Era una especie de efecto secundario que ahora sufría el emperador. Ahora sabía mejor que nadie que Eckart y sus ayudantes abusaban con frecuencia de la expresión “está bien”. Así que, en lo que se refería a la seguridad del emperador, decidió que no creería a nadie a menos que ella misma lo confirmara.
—¿Podrías dejarme pasar, por favor?
—Lo siento, pero no puedo en este momento.
—Ya veo. No puedo si insistes —asintió ella, fingiendo comprenderlo.
Sintiéndose más relajado, Kloud deslizó la mano que sostenía el pomo de la puerta, separándose ligeramente de ella. En ese instante, tomó el pomo de la puerta opuesta, que había estado cerrada todo el tiempo y no bloqueada por Kloud, y la abrió rápidamente.
—¡Señorita Marianne!
Dejándolo atrás a Kloud, quien estaba avergonzado, rápidamente agarró el dobladillo de su vestido y empujó la parte superior de su cuerpo primero.
Aunque a veces actuaba de forma irracional, era la hija del duque Kling y la prometida del emperador. A menos que se precipitara con un arma, él no podía tocar su cuerpo. Retrocedió impotente.
—Señorita Marianne El emperador está ahora…
Intentó disuadirla, pero finalmente fracasó.
Tambaleándose un poco, entró a la habitación y de repente sintió el aire húmedo que había dentro.
Incluso antes de ajustar el dobladillo de su vestido enredado, se puso rígida como una estatua de piedra.

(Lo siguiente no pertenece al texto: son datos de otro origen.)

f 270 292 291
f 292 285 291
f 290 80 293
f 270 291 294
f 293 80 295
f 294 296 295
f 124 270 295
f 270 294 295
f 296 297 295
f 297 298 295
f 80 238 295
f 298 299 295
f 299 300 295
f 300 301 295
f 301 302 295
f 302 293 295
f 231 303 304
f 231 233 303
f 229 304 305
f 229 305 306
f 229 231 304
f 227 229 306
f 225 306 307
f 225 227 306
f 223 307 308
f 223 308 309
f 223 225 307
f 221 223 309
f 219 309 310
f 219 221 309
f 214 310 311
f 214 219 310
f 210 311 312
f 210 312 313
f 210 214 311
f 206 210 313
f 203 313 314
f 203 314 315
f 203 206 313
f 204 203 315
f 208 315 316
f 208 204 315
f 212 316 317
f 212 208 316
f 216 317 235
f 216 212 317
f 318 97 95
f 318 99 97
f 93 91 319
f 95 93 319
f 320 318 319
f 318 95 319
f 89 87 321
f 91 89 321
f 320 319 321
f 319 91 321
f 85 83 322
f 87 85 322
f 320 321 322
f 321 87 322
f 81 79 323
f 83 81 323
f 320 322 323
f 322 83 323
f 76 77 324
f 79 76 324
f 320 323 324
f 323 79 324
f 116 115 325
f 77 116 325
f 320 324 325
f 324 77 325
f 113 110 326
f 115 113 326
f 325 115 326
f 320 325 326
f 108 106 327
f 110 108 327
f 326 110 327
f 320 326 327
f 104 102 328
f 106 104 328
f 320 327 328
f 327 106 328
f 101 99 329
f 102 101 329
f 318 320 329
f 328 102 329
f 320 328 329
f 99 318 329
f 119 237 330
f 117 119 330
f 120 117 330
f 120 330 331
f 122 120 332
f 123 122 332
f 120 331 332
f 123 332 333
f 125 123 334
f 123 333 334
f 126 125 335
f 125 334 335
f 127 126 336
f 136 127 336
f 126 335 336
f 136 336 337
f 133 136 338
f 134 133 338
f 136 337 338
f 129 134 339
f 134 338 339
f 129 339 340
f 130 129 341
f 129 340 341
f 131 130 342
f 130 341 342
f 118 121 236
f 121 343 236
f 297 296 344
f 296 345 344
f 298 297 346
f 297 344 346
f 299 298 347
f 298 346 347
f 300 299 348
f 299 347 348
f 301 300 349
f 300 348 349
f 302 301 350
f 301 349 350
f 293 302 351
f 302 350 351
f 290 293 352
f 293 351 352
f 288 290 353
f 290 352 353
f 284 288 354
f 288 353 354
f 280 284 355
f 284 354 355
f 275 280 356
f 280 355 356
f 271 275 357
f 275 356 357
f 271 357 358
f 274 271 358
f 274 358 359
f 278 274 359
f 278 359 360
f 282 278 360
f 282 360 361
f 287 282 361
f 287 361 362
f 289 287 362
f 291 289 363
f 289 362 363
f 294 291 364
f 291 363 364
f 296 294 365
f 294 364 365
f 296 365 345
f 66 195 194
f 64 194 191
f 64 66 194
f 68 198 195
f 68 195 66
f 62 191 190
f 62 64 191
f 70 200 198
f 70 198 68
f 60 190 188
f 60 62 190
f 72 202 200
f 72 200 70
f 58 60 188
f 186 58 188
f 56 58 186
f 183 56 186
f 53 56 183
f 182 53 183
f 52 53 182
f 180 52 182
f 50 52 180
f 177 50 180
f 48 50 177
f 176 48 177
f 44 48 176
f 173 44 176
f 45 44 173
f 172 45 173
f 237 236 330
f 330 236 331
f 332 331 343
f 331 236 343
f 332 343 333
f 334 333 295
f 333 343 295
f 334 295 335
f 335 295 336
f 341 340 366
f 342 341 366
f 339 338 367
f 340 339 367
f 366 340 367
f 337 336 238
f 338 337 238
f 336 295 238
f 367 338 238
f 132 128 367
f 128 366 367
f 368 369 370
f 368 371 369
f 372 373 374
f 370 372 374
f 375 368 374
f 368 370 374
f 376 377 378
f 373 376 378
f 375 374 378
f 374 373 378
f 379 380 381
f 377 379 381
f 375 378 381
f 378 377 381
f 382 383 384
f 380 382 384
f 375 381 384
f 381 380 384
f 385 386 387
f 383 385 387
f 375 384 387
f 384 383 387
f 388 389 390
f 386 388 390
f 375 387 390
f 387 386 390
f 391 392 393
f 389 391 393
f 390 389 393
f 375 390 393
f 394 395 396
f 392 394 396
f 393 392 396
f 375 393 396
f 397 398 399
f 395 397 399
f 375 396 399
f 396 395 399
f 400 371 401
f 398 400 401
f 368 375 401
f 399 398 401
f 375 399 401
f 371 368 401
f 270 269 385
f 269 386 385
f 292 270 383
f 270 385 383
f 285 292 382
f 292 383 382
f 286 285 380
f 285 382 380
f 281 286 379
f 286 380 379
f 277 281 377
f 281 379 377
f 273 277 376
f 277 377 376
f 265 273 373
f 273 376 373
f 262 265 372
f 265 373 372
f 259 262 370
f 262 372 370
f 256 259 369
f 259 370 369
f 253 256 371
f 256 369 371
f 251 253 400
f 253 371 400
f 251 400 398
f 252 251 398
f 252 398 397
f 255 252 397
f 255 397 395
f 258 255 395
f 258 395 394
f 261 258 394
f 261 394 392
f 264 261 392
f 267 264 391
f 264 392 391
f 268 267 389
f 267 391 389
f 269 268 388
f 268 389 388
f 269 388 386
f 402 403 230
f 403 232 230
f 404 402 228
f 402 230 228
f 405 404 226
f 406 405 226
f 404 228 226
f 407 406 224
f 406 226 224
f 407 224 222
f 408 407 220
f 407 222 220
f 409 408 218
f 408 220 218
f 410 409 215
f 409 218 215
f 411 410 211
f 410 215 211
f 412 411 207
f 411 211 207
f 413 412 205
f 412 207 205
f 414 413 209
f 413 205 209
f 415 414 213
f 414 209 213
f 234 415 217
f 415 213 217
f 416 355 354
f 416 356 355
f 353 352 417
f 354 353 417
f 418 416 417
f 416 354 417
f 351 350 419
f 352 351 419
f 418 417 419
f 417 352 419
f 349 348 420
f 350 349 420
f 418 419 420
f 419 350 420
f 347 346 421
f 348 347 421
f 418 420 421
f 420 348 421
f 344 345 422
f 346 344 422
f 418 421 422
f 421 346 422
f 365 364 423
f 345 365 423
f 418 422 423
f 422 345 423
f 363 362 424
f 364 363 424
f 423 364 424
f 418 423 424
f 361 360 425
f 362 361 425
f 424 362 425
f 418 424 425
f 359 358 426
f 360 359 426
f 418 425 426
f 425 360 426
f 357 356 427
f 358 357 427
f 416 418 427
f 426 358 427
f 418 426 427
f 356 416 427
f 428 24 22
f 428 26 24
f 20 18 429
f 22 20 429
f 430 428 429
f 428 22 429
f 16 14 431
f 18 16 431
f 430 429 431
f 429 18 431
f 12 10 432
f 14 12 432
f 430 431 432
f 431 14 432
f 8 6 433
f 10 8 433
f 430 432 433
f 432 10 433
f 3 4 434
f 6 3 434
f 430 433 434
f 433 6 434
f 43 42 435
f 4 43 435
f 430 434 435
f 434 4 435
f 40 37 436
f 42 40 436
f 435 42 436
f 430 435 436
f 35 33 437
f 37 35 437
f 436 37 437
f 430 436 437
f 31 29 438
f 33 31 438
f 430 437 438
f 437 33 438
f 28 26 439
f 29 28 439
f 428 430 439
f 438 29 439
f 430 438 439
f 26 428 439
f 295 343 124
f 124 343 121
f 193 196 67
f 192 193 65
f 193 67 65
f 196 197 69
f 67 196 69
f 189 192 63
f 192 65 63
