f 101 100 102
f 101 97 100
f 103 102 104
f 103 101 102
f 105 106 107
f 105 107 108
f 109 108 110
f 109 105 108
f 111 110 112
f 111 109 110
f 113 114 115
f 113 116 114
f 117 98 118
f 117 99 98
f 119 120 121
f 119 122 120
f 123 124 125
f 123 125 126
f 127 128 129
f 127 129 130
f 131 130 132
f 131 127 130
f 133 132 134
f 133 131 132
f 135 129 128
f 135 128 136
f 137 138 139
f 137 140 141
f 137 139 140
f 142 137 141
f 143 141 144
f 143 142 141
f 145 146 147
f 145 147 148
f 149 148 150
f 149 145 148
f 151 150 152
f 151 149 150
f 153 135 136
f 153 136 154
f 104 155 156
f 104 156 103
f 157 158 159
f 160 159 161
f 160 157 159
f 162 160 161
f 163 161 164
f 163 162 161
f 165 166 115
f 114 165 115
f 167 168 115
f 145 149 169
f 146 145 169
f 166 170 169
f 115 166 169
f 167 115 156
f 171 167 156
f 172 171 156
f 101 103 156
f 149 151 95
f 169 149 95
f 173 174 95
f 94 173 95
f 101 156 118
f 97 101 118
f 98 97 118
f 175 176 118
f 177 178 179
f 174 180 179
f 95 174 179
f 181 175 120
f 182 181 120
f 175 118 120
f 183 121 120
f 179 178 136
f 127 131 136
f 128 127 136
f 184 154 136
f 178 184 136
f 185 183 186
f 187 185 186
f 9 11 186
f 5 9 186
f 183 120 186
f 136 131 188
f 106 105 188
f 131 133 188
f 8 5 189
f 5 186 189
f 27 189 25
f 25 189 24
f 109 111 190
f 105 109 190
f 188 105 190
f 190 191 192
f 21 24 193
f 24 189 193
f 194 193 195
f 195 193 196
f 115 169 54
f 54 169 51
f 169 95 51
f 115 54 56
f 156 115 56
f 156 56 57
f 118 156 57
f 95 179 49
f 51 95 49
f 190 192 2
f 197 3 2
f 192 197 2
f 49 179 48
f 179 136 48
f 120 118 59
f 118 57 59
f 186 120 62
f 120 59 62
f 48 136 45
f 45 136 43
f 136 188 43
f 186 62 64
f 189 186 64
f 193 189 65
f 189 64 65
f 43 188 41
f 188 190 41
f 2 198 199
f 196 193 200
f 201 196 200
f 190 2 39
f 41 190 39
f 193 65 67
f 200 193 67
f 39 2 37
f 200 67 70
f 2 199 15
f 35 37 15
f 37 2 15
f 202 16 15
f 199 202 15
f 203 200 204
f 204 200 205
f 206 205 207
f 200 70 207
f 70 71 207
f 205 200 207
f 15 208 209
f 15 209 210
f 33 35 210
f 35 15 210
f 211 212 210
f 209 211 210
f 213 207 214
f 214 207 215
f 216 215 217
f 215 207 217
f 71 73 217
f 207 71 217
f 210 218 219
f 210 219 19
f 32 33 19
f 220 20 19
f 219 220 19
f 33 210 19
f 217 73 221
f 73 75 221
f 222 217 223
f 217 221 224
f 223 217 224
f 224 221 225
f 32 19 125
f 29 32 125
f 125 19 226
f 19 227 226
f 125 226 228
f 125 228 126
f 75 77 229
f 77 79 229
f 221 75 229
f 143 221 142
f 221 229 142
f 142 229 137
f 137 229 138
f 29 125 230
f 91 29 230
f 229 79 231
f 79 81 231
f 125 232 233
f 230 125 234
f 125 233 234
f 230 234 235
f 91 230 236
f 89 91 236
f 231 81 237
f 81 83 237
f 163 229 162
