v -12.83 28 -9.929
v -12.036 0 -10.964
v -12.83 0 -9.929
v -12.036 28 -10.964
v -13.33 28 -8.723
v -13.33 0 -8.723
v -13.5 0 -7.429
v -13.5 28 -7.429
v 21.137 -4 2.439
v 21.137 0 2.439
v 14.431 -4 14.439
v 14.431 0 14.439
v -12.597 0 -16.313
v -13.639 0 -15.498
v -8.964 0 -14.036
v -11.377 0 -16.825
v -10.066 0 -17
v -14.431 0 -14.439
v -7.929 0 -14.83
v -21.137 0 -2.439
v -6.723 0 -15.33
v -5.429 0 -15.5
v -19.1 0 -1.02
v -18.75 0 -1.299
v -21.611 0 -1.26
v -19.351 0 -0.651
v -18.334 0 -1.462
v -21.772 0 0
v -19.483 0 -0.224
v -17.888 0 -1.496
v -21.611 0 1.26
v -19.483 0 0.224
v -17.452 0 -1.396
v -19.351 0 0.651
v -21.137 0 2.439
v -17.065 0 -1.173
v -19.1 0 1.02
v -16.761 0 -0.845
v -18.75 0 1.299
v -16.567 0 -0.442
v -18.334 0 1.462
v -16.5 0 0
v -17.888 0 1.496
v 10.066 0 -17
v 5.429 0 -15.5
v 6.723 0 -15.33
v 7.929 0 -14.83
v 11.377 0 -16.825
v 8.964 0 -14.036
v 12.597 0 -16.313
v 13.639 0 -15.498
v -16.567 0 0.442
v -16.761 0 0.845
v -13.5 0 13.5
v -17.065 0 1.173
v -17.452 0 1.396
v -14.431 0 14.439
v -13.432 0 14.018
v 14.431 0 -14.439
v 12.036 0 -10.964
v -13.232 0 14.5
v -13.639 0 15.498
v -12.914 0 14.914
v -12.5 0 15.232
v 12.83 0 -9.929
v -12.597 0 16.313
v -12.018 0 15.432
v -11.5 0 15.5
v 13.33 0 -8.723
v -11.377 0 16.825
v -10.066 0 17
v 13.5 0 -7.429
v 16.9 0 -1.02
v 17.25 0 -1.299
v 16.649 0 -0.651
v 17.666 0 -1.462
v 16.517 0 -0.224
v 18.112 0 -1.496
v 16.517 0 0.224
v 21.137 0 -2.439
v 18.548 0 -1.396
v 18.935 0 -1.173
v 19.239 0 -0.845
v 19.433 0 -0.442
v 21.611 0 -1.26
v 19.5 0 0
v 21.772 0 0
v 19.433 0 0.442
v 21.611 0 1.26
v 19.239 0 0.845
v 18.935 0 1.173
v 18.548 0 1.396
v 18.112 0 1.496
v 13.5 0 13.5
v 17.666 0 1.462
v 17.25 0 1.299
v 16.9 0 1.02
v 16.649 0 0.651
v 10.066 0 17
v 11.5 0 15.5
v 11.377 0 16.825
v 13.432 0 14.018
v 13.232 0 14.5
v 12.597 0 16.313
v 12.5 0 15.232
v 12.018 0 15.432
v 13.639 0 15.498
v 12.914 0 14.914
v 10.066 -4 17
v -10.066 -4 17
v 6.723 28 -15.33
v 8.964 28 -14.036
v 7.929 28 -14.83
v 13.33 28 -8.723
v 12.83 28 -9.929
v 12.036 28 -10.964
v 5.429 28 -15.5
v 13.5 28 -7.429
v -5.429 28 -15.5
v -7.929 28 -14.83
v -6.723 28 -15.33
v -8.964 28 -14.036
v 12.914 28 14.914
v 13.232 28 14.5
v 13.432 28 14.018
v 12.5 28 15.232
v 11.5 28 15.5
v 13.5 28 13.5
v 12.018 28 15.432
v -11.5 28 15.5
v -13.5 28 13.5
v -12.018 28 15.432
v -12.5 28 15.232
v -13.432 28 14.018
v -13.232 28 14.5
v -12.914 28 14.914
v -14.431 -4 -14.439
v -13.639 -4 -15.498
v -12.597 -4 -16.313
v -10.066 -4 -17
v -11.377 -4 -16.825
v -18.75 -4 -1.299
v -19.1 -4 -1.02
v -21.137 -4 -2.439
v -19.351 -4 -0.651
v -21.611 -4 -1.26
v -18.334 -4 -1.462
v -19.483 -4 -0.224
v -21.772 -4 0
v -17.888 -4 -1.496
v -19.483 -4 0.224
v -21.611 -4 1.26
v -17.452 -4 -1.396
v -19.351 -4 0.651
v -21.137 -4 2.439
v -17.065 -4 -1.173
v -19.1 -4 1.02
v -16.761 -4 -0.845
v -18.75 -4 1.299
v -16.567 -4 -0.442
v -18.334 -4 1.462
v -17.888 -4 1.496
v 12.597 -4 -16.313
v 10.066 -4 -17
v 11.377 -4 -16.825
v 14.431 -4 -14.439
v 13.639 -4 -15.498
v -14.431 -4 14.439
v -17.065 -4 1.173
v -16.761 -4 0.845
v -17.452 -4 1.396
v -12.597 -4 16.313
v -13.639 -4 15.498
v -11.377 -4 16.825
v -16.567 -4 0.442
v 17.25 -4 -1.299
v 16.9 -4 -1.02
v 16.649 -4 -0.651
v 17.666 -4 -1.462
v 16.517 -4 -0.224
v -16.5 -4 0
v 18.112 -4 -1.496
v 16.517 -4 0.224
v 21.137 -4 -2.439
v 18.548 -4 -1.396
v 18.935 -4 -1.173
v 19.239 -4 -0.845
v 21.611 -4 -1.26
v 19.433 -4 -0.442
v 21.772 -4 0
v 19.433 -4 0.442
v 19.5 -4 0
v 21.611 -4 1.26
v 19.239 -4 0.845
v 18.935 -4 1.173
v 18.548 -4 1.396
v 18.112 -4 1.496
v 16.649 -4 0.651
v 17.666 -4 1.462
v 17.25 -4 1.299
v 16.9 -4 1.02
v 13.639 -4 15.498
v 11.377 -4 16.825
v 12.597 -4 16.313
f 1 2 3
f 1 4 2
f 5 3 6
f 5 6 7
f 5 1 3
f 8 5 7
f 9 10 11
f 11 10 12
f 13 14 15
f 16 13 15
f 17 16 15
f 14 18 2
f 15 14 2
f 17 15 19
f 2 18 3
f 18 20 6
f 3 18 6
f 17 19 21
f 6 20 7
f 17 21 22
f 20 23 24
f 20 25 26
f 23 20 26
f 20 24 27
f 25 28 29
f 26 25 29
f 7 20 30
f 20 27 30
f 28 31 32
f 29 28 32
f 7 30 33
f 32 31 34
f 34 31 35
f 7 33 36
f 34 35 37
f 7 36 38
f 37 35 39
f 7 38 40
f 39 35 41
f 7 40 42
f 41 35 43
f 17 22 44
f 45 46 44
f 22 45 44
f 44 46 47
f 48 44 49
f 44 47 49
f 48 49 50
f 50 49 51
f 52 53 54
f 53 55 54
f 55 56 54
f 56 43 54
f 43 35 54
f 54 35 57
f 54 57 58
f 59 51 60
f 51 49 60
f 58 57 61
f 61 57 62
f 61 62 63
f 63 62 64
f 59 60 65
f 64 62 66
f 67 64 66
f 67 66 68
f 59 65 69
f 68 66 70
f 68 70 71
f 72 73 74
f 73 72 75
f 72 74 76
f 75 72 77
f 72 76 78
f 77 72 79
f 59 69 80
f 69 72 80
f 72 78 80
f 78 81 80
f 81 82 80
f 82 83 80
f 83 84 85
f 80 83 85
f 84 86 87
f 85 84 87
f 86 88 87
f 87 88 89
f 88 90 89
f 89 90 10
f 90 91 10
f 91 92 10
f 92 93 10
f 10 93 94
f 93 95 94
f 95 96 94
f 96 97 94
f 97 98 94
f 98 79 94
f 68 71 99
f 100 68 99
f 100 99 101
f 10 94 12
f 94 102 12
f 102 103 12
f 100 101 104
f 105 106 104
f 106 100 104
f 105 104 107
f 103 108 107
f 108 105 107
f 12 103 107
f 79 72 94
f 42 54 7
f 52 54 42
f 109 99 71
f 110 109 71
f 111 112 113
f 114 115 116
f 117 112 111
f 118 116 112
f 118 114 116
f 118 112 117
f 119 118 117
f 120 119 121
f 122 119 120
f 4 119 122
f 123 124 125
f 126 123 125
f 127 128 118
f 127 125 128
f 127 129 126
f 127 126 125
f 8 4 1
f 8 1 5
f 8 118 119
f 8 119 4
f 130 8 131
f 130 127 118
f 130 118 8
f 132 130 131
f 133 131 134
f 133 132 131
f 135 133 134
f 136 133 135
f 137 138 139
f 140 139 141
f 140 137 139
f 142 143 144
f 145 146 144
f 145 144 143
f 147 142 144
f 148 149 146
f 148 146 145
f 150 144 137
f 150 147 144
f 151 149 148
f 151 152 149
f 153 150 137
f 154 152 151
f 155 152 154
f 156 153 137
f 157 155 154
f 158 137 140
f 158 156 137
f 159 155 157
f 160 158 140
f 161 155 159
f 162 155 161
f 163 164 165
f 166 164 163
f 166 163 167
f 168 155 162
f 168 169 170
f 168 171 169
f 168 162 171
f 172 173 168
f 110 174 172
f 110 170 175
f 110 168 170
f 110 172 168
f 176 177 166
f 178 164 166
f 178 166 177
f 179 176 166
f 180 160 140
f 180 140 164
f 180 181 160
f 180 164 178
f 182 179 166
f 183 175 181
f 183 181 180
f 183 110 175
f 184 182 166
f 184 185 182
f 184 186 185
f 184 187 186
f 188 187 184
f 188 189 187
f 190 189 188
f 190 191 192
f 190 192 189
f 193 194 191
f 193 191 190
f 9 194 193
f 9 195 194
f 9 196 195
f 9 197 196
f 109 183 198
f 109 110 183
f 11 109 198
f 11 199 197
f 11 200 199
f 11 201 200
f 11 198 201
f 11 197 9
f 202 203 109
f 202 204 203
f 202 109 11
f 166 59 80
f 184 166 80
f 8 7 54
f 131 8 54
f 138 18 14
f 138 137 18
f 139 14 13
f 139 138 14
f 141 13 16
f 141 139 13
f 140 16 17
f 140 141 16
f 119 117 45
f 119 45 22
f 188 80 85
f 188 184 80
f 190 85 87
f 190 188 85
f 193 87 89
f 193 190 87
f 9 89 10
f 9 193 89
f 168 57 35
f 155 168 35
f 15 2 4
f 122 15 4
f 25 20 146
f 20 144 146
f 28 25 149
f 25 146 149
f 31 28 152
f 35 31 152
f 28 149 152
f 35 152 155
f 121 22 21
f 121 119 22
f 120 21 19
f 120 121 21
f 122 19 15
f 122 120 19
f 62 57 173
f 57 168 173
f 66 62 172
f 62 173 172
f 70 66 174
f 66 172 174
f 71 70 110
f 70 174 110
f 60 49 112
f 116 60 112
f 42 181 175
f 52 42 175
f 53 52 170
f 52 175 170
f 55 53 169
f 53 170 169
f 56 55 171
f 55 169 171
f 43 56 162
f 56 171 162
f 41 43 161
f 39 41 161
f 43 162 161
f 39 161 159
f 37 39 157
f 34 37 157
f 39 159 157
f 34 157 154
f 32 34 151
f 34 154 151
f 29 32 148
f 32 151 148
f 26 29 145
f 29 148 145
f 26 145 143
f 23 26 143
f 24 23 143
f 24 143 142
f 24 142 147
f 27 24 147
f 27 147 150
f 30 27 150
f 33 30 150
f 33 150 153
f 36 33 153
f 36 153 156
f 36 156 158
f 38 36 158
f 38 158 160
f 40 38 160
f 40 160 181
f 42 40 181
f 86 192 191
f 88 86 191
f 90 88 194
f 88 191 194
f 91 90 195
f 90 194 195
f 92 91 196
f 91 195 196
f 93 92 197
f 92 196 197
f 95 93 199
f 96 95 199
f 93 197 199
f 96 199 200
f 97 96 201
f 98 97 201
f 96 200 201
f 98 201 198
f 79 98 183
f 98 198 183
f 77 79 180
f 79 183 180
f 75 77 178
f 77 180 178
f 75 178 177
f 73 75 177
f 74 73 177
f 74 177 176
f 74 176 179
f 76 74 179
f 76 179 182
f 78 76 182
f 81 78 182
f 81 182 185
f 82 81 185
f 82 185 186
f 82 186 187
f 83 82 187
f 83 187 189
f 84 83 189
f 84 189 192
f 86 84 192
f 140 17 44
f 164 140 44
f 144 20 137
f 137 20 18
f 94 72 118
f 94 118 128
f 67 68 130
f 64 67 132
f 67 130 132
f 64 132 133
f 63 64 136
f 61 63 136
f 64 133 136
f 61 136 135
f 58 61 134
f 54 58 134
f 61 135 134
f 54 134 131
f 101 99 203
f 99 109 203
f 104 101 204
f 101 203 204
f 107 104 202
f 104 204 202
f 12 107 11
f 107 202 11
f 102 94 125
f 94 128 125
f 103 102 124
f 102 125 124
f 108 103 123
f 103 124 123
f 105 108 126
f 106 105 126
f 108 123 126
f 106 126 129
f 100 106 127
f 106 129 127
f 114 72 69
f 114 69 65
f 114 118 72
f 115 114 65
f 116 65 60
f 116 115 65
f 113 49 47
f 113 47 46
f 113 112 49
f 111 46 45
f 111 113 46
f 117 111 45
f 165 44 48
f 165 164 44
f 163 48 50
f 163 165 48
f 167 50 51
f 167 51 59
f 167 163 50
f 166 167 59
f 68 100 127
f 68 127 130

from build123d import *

# Parameters (mm, degrees)
F1_DEPTH = 4
F2_W     = 27
F2_H     = 31
F3_DEPTH = 28
F4_R     = 2
F5_R     = 5
F6_R     = 1.5
F7_DEPTH = 25
F8_SIZE  = 6
F9_R     = 5
F10_R    = 5


with BuildPart() as f1:
    # F0 (on Front) → F1 (new body)
    with BuildSketch(Plane.XZ):
        Polygon((-13, -17), (13, -17), (22.5, 0), (13, 17), (-13, 17), (-22.5, 0), align=None)
    extrude(amount=F1_DEPTH)

    # F2 (on face) → F3 (join)
    with BuildSketch(Plane(origin=(0, 0, 0), x_dir=(-1, 0, 0), z_dir=(0, 1, 0))):
        Rectangle(F2_W, F2_H)
    extrude(amount=F3_DEPTH)

    # F4
    f4_edges = [f1.edges().sort_by_distance(p)[0] for p in [
        (-13.5, 14, 15.5),
        (13.5, 14, 15.5),
    ]]
    fillet(f4_edges, radius=F4_R)

    # F5
    f5_edges = [f1.edges().sort_by_distance(p)[0] for p in [
        (-22.5, -2, 0),
        (22.5, -2, 0),
    ]]
    fillet(f5_edges, radius=F5_R)

    # F6 (on face) → F7 (cut)
    with BuildSketch(Plane.XZ.offset(4)):
        with Locations((-18, 0)):
            Circle(F6_R)
        with Locations((18, 0)):
            Circle(F6_R)
    extrude(amount=-F7_DEPTH, mode=Mode.SUBTRACT)

    # F8
    f8_edges = [f1.edges().sort_by_distance(p)[0] for p in [
        (13.5, 14, -15.5),
        (-13.5, 14, -15.5),
    ]]
    chamfer(f8_edges, length=F8_SIZE)

    # F9
    f9_edges = [f1.edges().sort_by_distance(p)[0] for p in [
        (13, -2, 17),
        (-13, -2, 17),
        (13, -2, -17),
        (-13, -2, -17),
    ]]
    fillet(f9_edges, radius=F9_R)

    # F10
    f10_edges = [f1.edges().sort_by_distance(p)[0] for p in [
        (-13.5, 14, -9.5),
        (-7.5, 14, -15.5),
        (7.5, 14, -15.5),
        (13.5, 14, -9.5),
    ]]
    fillet(f10_edges, radius=F10_R)


solid = f1.part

Lo primero que llamó su atención fue su espalda sin vendajes, pero no había nada vendado alrededor.
Cuando miró a su alrededor, pudo verlo sentado en una bañera espaciosa, ligeramente inclinado.
—Tomando un baño…
Un pesado silencio cayó después de la tardía explicación de Kloud.
Marianne parpadeó lentamente sus grandes ojos.
En ese momento, Eckart volvió la mirada hacia ella. Ella pudo ver sus ojos azules temblorosos y sus pies ligeramente empapados de agua. No cubría su cuerpo con nada, excepto una toalla blanca en la zona pélvica. Gracias a esto, incluso el más mínimo movimiento muscular se notaba fácilmente.